Just wondering if anyone has purchased the scotty triple rod holders (see the link below).

http://www.scotty.com/marine/products/p ... riple.html

Been looking everywhere online and can't find anyone who stocks them. I've seen photos on this site and on others of rigged kayaks having this rod holder, so they must be available from somewhere.

Cheers


----------



## pcsolutionman (Apr 9, 2007)

mate this is your best bet

http://www.kayakfishinggear.com/index.asp?PageAction=VIEWPROD&ProdID=17

fast shipping form the US and cheap

Lee


----------



## pcsolutionman (Apr 9, 2007)

Also grab the holders and any other gear you may need eg mounting hardware they are cheap on that too and wont cost anymore to ship

Lee


----------



## Lewie15 (Feb 20, 2008)

cheers guys


----------



## fishnfreak (Jun 22, 2007)

these are great bits of kit, ive had mine for close to a year and they rock


----------



## beardys (Jun 23, 2007)

CABELAS! http://www.cabelas.com
very cheap , well compared to here, unless you want to help aus out and buy from here 

here is the link to be precise 
http://www.cabelas.com/cabelas/en/templ ... &noImage=0
and this is in us, so use a currency converter to figure it out. only took 2 weeks for rod holders i bought from there.


----------



## Lewie15 (Feb 20, 2008)

I ordered a triple scotty rod holder yesterday from kayakfishinggear.com as well as a fishing pfd yesterday- https://018577c.netsolstores.com/index. ... &ProdID=54

They seem pretty impressive, emailed quickly to ask what kind of shipping i required and said it will arrive on the 15th, which is very quick.
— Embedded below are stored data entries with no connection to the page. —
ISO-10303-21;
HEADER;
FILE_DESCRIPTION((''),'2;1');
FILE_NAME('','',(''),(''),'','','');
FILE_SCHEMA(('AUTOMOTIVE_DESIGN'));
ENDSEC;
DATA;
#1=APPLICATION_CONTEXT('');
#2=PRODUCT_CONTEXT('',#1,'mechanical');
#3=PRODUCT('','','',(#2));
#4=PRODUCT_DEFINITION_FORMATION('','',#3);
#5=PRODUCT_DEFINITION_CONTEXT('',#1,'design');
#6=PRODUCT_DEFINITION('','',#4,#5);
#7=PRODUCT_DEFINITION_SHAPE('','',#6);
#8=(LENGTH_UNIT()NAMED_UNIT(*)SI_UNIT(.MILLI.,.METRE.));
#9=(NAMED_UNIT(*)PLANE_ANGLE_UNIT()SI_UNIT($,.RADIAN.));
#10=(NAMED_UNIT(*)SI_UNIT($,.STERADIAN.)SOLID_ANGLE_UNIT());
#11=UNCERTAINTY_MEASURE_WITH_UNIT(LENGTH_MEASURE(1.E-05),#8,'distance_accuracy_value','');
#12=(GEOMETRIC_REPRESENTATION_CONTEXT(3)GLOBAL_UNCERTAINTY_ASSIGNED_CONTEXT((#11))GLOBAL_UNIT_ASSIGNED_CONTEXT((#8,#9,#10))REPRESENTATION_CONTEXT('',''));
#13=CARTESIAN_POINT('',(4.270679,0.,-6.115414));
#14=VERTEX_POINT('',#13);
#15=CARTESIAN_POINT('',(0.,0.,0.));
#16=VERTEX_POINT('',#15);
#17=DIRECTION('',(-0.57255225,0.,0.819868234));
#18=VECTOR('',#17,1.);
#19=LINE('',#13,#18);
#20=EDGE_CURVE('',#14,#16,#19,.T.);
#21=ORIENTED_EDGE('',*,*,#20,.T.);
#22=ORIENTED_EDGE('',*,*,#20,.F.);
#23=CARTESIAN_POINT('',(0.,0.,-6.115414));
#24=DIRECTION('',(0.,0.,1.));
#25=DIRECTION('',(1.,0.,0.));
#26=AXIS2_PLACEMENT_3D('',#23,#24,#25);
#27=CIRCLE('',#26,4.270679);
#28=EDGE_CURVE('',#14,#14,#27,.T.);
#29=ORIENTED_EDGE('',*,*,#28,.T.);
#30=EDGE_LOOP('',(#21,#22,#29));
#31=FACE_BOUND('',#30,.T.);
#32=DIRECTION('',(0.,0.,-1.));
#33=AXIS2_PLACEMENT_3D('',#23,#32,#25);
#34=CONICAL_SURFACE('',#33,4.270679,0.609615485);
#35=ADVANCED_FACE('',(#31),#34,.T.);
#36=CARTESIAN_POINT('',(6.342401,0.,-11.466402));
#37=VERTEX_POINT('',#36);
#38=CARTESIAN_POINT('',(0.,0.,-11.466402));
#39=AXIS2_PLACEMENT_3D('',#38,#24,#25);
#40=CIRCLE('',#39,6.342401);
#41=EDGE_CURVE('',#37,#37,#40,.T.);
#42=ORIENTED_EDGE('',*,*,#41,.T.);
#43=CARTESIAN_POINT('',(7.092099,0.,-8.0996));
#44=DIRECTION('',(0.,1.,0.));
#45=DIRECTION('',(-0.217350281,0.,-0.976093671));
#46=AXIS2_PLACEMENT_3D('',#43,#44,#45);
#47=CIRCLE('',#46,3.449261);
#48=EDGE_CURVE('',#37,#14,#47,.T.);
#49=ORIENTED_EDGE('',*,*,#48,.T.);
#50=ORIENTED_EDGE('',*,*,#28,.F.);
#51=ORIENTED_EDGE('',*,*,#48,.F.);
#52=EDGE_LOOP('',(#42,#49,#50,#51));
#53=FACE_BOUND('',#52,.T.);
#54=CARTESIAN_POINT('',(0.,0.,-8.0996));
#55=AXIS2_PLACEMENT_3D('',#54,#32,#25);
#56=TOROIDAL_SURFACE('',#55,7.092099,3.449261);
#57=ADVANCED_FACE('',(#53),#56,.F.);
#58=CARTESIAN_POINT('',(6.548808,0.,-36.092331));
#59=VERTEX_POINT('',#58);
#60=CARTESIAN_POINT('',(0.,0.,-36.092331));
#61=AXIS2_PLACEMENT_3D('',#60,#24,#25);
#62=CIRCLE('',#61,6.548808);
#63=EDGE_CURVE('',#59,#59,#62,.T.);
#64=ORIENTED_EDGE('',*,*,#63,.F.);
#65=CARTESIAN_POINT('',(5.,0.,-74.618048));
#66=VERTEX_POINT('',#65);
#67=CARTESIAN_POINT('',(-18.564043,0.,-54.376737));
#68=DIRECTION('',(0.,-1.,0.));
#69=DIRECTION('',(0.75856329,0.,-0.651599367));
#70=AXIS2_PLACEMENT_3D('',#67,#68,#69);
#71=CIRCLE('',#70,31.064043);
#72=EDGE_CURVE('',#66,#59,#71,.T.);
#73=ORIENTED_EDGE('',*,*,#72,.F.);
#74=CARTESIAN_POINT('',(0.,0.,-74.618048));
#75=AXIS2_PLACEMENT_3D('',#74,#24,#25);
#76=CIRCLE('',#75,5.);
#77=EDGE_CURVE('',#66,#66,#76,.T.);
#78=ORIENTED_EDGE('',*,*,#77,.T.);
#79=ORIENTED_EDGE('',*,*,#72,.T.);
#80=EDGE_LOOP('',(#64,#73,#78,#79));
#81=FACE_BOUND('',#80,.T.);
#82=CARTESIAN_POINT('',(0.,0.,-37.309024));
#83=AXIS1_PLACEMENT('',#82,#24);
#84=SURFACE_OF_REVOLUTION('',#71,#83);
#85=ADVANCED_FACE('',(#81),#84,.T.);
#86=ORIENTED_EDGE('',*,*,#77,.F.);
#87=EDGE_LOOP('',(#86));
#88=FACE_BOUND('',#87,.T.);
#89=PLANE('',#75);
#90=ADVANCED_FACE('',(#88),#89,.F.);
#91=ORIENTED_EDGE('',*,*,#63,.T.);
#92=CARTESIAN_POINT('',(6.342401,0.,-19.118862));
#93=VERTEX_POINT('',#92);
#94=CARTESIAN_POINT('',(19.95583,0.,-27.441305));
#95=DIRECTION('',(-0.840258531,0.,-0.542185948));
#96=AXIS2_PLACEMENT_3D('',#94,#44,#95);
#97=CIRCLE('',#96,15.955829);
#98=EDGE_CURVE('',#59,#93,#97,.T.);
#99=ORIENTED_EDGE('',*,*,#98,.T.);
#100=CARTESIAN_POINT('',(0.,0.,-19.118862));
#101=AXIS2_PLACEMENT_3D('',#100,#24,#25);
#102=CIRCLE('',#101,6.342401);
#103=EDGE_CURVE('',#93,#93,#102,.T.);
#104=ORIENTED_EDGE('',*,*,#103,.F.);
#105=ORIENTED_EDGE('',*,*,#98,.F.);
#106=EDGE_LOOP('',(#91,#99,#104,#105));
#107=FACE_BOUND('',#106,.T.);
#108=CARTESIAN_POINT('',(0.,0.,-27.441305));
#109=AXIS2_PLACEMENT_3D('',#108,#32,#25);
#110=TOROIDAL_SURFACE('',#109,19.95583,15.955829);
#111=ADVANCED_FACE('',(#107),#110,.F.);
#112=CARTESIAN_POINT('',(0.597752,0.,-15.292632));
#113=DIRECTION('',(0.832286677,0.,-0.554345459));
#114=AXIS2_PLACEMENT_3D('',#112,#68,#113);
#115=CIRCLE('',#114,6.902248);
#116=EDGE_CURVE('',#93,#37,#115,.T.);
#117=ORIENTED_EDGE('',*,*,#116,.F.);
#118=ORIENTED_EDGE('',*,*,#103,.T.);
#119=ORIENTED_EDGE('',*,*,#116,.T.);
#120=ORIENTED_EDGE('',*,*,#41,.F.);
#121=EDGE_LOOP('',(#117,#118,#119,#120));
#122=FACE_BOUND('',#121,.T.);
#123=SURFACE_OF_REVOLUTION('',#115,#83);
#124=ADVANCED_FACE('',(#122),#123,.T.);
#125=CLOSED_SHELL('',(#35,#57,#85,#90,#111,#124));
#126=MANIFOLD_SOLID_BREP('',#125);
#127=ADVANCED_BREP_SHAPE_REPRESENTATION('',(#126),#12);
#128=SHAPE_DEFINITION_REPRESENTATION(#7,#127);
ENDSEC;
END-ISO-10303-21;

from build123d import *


with BuildPart() as f1:
    # F0 (on Front) → F1 (revolve)
    with BuildSketch(Plane.XZ):
        with BuildLine():
            Line((4.270679, -6.115414), (0, 0))
            Line((0, 0), (0, -74.618048))
            Line((0, -74.618048), (5, -74.618048))
            ThreePointArc((5, -74.618048), (12.474928, -55.624564), (6.548808, -36.092331))
            ThreePointArc((6.548808, -36.092331), (4.00118, -27.635322), (6.342401, -19.118862))
            ThreePointArc((6.342401, -19.118862), (7.5, -15.292632), (6.342401, -11.466402))
            ThreePointArc((6.342401, -11.466402), (3.875503, -9.344957), (4.270679, -6.115414))
        make_face()
    revolve(axis=Axis((0, 0, -37.309024), (0, 0, 1)))


solid = f1.part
Shipping cost me $38 for express.


----------



## beardys (Jun 23, 2007)

Lewie15 said:


> I ordered a triple scotty rod holder yesterday from kayakfishinggear.com as well as a fishing pfd yesterday- https://018577c.netsolstores.com/index. ... &ProdID=54
> 
> They seem pretty impressive, emailed quickly to ask what kind of shipping i required and said it will arrive on the 15th, which is very quick. Shipping cost me $38 for express.


the triple from that shop only includes the base for the three mounts.... don't you want the rod holders? or do you already have them? let us know how it goes, i was looking at them and never got around to buying it... have fun .
cheers, Tom.


----------



## Lewie15 (Feb 20, 2008)

beardys said:


> Lewie15 said:
> 
> 
> > I ordered a triple scotty rod holder yesterday from kayakfishinggear.com as well as a fishing pfd yesterday- https://018577c.netsolstores.com/index. ... &ProdID=54
> ...


Yeah I already have one rod holder, so I will put that straight on the mount. I plan to get a fish finder, and will get another rod holder in time to put on the mount. I can get the scotty rod holders locally.


----------



## fishnfreak (Jun 22, 2007)

i ordered mine from the same people. Arrived on the day they said, awesome. I also scored a free stubby holder, and a magazine


----------